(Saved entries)
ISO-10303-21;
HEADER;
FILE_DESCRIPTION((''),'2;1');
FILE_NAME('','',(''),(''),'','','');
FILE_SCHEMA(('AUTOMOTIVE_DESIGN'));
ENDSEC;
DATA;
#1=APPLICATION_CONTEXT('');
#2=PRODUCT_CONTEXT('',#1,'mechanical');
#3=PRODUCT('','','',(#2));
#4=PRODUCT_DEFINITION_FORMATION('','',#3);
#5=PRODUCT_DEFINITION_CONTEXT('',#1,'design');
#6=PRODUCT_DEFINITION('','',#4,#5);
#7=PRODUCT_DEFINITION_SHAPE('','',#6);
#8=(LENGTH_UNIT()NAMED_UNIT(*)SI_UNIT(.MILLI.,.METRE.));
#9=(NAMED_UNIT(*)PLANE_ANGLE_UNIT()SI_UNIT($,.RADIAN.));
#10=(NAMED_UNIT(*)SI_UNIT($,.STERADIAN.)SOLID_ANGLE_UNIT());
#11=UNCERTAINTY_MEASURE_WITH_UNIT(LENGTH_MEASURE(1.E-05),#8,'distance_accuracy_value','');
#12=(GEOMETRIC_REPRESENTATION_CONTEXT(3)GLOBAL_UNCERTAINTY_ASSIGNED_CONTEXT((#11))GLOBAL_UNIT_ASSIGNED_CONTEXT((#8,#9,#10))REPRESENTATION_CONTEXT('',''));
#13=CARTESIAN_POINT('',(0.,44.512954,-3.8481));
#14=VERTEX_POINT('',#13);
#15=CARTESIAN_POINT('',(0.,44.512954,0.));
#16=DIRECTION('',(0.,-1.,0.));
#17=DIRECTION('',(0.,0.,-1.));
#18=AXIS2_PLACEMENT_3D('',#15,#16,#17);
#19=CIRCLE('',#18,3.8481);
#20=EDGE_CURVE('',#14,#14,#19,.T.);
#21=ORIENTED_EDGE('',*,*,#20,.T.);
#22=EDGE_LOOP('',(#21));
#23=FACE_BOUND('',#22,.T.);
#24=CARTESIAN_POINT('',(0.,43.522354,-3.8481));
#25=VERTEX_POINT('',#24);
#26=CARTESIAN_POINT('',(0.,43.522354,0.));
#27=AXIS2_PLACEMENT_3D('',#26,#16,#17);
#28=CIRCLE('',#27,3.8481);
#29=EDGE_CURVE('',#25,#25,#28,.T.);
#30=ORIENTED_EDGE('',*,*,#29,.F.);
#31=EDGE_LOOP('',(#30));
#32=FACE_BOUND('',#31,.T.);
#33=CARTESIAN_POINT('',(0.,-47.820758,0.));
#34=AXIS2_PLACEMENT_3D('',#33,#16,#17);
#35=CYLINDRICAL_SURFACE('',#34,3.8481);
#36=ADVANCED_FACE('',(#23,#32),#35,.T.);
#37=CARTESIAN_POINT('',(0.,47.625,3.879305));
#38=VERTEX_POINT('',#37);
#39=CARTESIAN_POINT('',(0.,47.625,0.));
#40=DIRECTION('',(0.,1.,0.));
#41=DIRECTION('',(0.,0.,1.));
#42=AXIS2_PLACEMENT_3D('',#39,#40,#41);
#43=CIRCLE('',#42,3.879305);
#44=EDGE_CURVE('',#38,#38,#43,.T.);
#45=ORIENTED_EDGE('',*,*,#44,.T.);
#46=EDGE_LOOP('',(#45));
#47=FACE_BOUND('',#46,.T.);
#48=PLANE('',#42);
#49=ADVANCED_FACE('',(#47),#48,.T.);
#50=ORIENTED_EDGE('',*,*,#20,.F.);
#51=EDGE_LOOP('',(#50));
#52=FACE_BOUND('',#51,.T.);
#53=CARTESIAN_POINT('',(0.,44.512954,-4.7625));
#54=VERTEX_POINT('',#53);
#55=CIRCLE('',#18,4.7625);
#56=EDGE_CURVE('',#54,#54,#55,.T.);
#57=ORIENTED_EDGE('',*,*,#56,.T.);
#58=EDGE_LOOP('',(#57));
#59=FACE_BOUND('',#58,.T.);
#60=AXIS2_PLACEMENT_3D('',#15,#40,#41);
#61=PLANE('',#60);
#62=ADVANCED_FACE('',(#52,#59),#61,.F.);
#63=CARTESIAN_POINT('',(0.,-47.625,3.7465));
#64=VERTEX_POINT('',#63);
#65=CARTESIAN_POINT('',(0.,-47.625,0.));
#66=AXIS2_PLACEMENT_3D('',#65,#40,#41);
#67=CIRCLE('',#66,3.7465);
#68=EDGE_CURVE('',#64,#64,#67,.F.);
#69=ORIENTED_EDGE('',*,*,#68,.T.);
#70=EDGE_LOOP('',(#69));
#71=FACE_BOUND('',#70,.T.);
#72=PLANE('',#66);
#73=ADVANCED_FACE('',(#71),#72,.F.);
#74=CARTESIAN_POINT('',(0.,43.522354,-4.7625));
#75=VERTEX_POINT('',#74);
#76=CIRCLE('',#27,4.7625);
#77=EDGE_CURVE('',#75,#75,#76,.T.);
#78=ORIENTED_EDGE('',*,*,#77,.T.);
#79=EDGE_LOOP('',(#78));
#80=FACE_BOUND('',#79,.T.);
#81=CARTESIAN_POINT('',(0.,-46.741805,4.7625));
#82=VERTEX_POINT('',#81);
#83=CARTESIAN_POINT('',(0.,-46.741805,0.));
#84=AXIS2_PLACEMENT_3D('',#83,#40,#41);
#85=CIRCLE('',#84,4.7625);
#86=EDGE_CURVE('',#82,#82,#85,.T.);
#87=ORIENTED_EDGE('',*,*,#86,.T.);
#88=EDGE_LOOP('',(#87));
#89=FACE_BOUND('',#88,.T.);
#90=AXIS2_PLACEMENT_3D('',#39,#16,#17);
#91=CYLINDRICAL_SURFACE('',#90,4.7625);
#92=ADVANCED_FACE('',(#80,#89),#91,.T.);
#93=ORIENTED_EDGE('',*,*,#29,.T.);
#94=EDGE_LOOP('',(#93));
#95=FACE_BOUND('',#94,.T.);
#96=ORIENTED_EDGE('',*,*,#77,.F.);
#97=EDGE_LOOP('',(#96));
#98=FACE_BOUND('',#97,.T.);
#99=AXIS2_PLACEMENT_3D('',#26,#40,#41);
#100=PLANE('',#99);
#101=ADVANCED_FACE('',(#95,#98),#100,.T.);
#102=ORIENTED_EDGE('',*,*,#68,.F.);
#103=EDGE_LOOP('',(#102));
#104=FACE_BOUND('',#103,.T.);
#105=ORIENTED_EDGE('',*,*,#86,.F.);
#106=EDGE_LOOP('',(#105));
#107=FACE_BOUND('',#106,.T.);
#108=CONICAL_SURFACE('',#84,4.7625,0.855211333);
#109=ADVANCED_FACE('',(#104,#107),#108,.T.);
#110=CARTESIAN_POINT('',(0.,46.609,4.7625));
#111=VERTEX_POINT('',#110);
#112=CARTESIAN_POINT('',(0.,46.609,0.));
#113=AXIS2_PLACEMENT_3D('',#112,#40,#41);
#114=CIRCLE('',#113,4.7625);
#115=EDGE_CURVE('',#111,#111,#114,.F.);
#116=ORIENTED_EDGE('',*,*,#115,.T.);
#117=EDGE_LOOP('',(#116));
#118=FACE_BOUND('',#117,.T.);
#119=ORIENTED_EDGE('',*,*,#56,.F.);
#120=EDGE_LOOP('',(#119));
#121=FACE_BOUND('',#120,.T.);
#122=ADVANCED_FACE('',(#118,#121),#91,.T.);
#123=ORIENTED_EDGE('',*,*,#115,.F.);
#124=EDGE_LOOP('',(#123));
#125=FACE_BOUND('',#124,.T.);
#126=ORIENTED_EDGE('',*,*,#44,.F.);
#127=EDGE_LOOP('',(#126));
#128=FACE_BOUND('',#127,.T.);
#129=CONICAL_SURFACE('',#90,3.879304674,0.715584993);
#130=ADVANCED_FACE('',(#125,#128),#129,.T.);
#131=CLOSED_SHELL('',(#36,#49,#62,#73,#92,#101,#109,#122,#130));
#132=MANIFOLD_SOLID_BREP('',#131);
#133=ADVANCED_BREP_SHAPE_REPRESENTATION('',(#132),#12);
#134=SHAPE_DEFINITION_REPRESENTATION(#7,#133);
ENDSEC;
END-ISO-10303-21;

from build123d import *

# Parameters (mm, degrees)
SKETCH1_R             = 4.7625
BOSS_EXTRUDE1_DEPTH   = 47.625
CHAMFER1_SIZE         = 1.016
CHAMFER1_SIZE2        = 0.883195326
CHAMFER1_PART_2_SIZE  = 1.016
CHAMFER1_PART_2_SIZE2 = 0.883195326
SKETCH3_W             = 0.9144
SKETCH3_H             = 0.9906


with BuildPart() as part:
    # Sketch1 → Boss-Extrude1 (new body, symmetric)
    with BuildSketch(Plane(origin=(0, 0, 0), x_dir=(1, 0, 0), z_dir=(0, 1, 0))):
        Circle(SKETCH1_R)
    extrude(amount=BOSS_EXTRUDE1_DEPTH, both=True)

    # Chamfer1
    chamfer1_edges = [part.edges().sort_by_distance(p)[0] for p in [
        (-4.7625, -47.625, 0),
    ]]
    chamfer1_side = [part.faces().sort_by_distance(p)[0] for p in [
        (0, -47.625, 0),
    ]]
    chamfer(chamfer1_edges, length=CHAMFER1_SIZE, length2=CHAMFER1_SIZE2, reference=chamfer1_side[0])

    # Chamfer1 part 2
    chamfer1_part_2_edges = [part.edges().sort_by_distance(p)[0] for p in [
        (-4.7625, 47.625, 0),
    ]]
    chamfer1_part_2_side = [part.faces().sort_by_distance(p)[0] for p in [
        (-4.7625, 0, 0),
    ]]
    chamfer(chamfer1_part_2_edges, length=CHAMFER1_PART_2_SIZE, length2=CHAMFER1_PART_2_SIZE2, reference=chamfer1_part_2_side[0])

    # Sketch3 → Cut-Revolve1 (revolve, cut)
    with BuildSketch(Plane(origin=(0, 0, 0), x_dir=(0, 0, -1), z_dir=(1, 0, 0))):
        with Locations((4.3053, 44.017653665)):
            Rectangle(SKETCH3_W, SKETCH3_H)
    revolve(axis=Axis((0, -47.820758339, 0), (0, 1, 0)), mode=Mode.SUBTRACT)


solid = part.part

DIRECTIONS:
Would you please copy exactly the part of the entries above that begins at the line containing "#114=CIRCLE('',#113,4.7625);" and ends at the line containing "#129=CONICAL_SURFACE('',#90,3.879304674,0.715584993);", both lines included?

FINISHED EXERCISE:
#114=CIRCLE('',#113,4.7625);
#115=EDGE_CURVE('',#111,#111,#114,.F.);
#116=ORIENTED_EDGE('',*,*,#115,.T.);
#117=EDGE_LOOP('',(#116));
#118=FACE_BOUND('',#117,.T.);
#119=ORIENTED_EDGE('',*,*,#56,.F.);
#120=EDGE_LOOP('',(#119));
#121=FACE_BOUND('',#120,.T.);
#122=ADVANCED_FACE('',(#118,#121),#91,.T.);
#123=ORIENTED_EDGE('',*,*,#115,.F.);
#124=EDGE_LOOP('',(#123));
#125=FACE_BOUND('',#124,.T.);
#126=ORIENTED_EDGE('',*,*,#44,.F.);
#127=EDGE_LOOP('',(#126));
#128=FACE_BOUND('',#127,.T.);
#129=CONICAL_SURFACE('',#90,3.879304674,0.715584993);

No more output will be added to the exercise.